**Given records**

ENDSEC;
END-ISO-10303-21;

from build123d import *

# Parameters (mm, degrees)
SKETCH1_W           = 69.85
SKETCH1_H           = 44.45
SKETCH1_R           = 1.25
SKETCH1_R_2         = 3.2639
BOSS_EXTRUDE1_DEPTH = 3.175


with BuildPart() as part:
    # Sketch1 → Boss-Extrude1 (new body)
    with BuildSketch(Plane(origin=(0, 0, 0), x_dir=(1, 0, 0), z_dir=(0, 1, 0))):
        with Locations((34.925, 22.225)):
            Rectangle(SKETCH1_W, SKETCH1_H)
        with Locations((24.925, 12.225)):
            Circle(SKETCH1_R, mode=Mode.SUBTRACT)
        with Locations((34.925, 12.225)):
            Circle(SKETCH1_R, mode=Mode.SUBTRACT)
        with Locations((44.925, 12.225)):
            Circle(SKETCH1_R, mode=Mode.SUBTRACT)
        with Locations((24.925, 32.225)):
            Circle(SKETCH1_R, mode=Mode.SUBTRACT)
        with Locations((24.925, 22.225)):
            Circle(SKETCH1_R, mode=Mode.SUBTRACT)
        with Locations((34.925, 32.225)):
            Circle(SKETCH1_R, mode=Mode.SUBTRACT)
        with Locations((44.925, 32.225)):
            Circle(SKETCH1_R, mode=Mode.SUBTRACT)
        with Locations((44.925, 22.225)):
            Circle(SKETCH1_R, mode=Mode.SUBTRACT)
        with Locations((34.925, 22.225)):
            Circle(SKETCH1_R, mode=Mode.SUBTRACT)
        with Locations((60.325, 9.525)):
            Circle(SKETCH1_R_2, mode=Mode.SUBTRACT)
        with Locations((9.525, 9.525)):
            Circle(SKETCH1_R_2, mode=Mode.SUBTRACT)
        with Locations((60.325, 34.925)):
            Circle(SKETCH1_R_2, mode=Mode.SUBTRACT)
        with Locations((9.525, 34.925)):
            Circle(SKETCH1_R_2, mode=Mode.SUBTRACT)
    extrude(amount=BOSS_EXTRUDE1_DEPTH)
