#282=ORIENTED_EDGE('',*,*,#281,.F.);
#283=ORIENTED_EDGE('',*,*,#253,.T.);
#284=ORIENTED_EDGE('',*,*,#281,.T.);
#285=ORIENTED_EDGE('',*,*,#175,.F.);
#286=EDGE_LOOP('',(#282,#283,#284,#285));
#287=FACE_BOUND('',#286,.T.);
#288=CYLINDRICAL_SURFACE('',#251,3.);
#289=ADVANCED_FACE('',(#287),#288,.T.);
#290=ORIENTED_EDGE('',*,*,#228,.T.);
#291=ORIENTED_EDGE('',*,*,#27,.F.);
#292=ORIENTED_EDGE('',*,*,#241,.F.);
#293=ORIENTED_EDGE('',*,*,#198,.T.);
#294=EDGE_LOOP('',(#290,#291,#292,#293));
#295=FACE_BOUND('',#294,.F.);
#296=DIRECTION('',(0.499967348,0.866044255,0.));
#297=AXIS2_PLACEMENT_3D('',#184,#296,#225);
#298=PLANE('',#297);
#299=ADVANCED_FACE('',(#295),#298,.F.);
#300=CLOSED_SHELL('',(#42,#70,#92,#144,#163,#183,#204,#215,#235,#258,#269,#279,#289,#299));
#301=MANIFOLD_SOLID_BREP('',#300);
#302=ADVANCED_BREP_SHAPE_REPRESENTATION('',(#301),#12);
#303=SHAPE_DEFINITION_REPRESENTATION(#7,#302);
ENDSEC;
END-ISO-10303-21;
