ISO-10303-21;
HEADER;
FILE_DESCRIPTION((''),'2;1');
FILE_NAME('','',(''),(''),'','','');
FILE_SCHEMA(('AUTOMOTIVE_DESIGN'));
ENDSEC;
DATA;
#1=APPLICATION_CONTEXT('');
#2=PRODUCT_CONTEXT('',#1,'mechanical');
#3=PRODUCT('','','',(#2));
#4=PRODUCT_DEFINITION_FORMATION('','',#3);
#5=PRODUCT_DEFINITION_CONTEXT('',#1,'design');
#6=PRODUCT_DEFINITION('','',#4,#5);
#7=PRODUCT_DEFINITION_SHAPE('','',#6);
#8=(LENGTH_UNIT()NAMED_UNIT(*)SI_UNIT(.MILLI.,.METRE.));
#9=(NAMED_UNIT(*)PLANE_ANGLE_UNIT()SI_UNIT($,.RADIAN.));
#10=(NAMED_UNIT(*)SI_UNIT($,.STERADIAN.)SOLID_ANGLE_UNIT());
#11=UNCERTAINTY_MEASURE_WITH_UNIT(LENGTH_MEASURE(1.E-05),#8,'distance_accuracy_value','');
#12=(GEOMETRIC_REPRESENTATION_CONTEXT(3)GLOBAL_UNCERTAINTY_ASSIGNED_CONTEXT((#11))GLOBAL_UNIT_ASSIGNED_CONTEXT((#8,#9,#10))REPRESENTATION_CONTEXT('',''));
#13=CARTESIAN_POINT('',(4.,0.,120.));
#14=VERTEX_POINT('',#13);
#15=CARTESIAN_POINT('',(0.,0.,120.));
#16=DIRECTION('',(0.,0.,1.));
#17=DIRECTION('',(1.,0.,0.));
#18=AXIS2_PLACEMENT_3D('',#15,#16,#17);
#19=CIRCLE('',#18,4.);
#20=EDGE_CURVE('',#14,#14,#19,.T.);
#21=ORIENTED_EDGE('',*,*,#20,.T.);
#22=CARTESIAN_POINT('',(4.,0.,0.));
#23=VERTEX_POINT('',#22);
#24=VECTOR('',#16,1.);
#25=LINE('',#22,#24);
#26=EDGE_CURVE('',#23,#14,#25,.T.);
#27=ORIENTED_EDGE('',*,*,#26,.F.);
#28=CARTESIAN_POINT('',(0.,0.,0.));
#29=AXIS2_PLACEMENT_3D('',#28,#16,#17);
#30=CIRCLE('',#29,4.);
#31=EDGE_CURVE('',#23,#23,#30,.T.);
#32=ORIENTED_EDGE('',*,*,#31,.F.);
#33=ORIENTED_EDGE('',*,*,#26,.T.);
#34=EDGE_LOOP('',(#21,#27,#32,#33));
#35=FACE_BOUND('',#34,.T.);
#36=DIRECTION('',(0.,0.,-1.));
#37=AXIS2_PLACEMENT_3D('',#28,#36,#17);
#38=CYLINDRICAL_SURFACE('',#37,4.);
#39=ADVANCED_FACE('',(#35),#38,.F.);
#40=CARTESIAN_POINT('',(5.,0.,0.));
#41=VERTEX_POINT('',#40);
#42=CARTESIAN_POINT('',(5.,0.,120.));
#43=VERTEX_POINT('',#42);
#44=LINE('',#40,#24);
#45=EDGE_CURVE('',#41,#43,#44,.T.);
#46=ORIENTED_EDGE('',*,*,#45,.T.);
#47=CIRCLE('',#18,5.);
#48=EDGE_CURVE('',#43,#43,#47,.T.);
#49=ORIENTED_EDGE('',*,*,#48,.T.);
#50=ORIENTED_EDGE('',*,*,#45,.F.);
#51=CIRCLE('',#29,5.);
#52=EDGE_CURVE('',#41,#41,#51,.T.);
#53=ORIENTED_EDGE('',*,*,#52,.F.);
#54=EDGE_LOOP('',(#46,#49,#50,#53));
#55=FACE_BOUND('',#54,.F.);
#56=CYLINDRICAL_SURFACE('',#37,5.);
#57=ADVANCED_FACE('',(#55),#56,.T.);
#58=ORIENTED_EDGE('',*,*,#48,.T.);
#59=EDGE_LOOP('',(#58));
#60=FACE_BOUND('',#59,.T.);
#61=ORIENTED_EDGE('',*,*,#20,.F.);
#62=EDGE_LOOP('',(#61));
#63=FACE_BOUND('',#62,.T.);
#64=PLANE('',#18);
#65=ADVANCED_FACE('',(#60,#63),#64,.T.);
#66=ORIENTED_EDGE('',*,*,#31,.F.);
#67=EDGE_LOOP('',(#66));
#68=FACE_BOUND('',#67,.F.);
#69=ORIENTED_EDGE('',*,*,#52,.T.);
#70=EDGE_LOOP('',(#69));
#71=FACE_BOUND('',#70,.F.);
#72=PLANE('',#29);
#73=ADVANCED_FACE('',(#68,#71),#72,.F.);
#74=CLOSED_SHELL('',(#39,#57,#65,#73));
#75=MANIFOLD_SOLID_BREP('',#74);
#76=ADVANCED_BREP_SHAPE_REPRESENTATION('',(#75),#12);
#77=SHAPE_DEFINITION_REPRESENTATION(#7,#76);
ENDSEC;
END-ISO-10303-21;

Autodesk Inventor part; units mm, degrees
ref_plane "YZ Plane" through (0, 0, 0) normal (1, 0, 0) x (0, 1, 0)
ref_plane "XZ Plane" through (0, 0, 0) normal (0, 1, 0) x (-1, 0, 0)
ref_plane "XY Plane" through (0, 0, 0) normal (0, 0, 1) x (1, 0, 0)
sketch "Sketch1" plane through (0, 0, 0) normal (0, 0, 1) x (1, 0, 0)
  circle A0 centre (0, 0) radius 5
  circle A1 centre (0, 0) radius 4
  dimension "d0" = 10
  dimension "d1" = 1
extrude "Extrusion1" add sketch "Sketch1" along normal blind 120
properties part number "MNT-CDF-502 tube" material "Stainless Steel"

**Goal of the exercise**
Exactly as they stand, set down the lines from the top of the data through the line with "# Sketch1 → Boss-Extrude1 (new body)".

**Written response**
ENDSEC;
END-ISO-10303-21;

from build123d import *

# Parameters (mm, degrees)
SKETCH1_W           = 69.85
SKETCH1_H           = 44.45
SKETCH1_R           = 1.25
SKETCH1_R_2         = 3.2639
BOSS_EXTRUDE1_DEPTH = 3.175


with BuildPart() as part:
    # Sketch1 → Boss-Extrude1 (new body)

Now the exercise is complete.